START SUPPLIED RECORDS

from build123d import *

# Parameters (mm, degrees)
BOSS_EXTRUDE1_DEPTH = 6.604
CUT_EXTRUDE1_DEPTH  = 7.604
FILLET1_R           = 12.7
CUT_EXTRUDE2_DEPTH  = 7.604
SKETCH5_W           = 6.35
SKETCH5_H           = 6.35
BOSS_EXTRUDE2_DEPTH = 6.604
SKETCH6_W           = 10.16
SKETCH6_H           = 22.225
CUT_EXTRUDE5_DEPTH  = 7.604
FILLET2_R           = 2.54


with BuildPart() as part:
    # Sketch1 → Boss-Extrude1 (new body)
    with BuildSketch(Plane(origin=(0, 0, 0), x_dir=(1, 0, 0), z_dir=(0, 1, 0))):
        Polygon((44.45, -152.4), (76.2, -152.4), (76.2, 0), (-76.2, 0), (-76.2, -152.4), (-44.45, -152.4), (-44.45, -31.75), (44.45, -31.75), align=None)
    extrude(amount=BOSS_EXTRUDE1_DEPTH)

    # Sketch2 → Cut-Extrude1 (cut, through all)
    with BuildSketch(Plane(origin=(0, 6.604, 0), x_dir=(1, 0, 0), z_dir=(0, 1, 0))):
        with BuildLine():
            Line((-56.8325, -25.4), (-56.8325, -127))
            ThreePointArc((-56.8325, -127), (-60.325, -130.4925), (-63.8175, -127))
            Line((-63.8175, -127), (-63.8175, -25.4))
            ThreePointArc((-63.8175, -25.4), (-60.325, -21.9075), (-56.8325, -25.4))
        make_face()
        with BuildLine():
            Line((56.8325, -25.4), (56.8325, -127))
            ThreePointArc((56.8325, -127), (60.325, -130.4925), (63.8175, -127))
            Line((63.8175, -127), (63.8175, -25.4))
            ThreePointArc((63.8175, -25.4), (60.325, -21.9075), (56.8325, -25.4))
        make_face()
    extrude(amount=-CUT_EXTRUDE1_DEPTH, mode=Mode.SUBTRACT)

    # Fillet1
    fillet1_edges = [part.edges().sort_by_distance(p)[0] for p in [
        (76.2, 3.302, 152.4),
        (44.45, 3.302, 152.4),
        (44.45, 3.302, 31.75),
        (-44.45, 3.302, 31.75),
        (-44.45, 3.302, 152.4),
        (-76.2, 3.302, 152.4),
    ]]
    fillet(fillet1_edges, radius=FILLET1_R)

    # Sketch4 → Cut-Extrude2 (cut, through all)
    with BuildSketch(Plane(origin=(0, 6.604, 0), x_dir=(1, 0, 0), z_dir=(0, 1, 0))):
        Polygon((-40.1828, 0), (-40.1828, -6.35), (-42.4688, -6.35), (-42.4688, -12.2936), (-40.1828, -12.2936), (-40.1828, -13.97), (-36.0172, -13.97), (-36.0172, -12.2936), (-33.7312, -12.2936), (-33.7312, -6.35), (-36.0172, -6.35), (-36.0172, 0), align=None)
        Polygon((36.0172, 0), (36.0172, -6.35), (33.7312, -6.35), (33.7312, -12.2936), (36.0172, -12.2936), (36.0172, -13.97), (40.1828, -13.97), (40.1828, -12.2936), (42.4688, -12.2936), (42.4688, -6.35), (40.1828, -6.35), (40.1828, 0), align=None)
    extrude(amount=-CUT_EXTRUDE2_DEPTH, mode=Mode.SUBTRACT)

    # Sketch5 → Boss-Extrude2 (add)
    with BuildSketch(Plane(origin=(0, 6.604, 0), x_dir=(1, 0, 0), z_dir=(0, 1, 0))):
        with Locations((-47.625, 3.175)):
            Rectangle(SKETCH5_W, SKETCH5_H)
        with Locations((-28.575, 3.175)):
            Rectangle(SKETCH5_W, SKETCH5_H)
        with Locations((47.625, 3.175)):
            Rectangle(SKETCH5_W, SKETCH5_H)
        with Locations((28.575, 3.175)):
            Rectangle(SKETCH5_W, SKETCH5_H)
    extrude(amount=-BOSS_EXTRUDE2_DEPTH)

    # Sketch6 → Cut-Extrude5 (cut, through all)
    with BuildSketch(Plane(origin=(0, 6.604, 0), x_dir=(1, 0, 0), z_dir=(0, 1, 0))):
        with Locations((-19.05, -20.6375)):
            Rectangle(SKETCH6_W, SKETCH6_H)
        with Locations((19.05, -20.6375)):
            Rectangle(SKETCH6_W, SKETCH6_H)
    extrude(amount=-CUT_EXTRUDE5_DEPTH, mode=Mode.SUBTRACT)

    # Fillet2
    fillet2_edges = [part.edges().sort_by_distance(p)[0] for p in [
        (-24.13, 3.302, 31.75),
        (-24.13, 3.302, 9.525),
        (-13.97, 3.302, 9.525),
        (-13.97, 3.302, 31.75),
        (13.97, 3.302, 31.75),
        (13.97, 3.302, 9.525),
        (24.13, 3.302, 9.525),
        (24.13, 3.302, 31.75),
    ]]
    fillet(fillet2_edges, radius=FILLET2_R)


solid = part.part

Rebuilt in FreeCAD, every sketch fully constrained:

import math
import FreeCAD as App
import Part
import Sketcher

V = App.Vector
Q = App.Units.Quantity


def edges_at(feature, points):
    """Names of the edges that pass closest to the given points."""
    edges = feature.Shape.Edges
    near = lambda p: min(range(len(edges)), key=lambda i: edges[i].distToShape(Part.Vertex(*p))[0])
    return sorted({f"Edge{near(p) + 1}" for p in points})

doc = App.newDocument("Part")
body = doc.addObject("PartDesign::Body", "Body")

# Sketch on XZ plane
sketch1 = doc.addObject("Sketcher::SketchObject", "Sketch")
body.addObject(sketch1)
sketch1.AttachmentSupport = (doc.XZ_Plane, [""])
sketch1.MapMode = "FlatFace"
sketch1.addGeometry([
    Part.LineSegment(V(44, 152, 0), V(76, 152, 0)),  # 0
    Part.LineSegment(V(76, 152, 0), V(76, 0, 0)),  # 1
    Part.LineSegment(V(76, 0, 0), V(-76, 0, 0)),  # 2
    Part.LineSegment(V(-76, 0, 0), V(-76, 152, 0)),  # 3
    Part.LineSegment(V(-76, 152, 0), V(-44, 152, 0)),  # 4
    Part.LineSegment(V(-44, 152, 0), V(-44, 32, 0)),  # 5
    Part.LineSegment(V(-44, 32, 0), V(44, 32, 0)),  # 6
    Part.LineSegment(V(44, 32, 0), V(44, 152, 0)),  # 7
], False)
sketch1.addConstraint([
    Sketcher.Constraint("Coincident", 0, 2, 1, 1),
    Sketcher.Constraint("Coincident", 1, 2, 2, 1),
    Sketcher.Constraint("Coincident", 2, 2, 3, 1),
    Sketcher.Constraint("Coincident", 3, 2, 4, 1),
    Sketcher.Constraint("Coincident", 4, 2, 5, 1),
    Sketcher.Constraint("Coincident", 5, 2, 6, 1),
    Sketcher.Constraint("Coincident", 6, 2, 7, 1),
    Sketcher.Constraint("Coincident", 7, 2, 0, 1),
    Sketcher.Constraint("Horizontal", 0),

END SUPPLIED RECORDS
START SUPPLIED RECORDS

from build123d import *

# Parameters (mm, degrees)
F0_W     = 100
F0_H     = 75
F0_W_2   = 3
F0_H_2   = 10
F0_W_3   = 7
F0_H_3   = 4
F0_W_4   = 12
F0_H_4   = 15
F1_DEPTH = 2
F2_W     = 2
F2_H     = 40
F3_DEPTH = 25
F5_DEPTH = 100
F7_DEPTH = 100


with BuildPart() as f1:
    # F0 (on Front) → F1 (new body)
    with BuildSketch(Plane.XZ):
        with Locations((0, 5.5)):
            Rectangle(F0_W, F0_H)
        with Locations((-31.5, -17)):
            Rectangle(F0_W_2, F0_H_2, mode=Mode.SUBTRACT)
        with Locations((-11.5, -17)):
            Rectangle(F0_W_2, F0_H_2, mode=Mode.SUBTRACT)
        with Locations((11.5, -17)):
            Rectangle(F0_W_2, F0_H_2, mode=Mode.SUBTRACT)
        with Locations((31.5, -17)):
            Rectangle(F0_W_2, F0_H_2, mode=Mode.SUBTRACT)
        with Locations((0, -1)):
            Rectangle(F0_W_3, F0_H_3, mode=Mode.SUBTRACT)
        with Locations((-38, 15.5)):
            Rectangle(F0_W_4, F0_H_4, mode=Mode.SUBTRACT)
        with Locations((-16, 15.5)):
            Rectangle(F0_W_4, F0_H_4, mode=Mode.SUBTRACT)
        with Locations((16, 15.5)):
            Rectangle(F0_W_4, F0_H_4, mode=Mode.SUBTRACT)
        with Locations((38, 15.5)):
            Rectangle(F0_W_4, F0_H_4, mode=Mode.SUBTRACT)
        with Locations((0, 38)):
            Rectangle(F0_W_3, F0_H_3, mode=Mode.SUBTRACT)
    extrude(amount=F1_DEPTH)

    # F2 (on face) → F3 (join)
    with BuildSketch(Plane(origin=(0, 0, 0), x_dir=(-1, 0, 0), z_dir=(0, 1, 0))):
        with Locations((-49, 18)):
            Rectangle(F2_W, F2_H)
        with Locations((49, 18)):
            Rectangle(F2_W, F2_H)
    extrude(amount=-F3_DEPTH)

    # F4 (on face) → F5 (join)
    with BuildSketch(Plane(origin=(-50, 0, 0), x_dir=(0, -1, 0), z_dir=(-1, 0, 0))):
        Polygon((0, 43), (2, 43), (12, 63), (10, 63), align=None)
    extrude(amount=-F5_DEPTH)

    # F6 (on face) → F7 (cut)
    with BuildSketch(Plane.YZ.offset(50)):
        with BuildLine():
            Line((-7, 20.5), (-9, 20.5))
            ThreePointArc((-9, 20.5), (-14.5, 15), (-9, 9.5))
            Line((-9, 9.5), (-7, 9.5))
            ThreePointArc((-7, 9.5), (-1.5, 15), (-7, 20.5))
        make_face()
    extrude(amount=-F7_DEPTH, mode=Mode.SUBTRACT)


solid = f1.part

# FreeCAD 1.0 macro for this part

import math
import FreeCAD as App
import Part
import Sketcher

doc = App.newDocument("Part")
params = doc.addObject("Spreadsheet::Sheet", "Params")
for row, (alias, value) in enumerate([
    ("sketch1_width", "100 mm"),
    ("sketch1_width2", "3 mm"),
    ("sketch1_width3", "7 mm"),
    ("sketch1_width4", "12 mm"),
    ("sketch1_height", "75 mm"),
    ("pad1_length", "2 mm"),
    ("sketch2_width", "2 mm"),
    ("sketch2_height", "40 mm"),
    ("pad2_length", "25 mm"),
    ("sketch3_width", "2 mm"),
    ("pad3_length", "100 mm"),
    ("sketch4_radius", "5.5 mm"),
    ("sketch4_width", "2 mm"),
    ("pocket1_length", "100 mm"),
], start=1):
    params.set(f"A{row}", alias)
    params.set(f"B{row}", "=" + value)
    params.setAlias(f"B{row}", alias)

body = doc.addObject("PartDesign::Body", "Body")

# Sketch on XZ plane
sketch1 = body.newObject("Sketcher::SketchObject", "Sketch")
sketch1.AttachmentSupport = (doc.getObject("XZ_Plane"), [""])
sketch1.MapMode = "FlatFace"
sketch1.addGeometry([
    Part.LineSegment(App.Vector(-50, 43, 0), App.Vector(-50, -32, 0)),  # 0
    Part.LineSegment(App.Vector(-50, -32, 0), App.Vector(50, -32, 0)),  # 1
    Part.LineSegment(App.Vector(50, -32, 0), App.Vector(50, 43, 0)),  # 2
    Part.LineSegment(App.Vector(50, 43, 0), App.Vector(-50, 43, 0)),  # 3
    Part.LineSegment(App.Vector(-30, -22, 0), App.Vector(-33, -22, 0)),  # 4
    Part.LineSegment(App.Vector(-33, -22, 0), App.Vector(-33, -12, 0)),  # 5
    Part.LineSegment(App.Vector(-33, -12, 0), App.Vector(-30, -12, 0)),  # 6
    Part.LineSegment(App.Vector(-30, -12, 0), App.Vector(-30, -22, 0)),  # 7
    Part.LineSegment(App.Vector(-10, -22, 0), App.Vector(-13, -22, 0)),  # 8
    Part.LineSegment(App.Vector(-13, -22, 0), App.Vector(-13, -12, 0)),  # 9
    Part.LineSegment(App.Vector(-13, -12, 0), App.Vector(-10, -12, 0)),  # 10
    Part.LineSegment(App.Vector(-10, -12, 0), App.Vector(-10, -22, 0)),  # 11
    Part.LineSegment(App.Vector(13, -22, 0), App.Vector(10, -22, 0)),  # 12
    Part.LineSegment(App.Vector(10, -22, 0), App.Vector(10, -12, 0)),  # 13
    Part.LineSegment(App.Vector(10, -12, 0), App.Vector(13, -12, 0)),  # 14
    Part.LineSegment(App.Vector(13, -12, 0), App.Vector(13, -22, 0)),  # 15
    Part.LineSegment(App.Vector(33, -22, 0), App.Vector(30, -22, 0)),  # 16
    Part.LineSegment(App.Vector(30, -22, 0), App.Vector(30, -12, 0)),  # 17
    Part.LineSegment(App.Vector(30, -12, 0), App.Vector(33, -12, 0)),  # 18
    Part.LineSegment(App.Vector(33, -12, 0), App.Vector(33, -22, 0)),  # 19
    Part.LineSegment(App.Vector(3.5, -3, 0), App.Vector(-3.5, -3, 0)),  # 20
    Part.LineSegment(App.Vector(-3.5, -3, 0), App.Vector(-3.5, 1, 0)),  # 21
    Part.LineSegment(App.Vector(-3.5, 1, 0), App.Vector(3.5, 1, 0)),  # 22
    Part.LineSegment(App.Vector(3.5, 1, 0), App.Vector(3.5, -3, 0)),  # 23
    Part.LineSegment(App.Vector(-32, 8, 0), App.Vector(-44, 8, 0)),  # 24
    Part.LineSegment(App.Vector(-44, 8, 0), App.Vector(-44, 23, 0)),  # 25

END SUPPLIED RECORDS

[AIM OF THE TASK] Among the records above, which lines hold the word "amount"? Copy each one.

[RESPONSE TO THE EXERCISE]
    extrude(amount=BOSS_EXTRUDE1_DEPTH)
    extrude(amount=-CUT_EXTRUDE1_DEPTH, mode=Mode.SUBTRACT)
    extrude(amount=-CUT_EXTRUDE2_DEPTH, mode=Mode.SUBTRACT)
    extrude(amount=-BOSS_EXTRUDE2_DEPTH)
    extrude(amount=-CUT_EXTRUDE5_DEPTH, mode=Mode.SUBTRACT)
    extrude(amount=F1_DEPTH)
    extrude(amount=-F3_DEPTH)
    extrude(amount=-F5_DEPTH)
    extrude(amount=-F7_DEPTH, mode=Mode.SUBTRACT)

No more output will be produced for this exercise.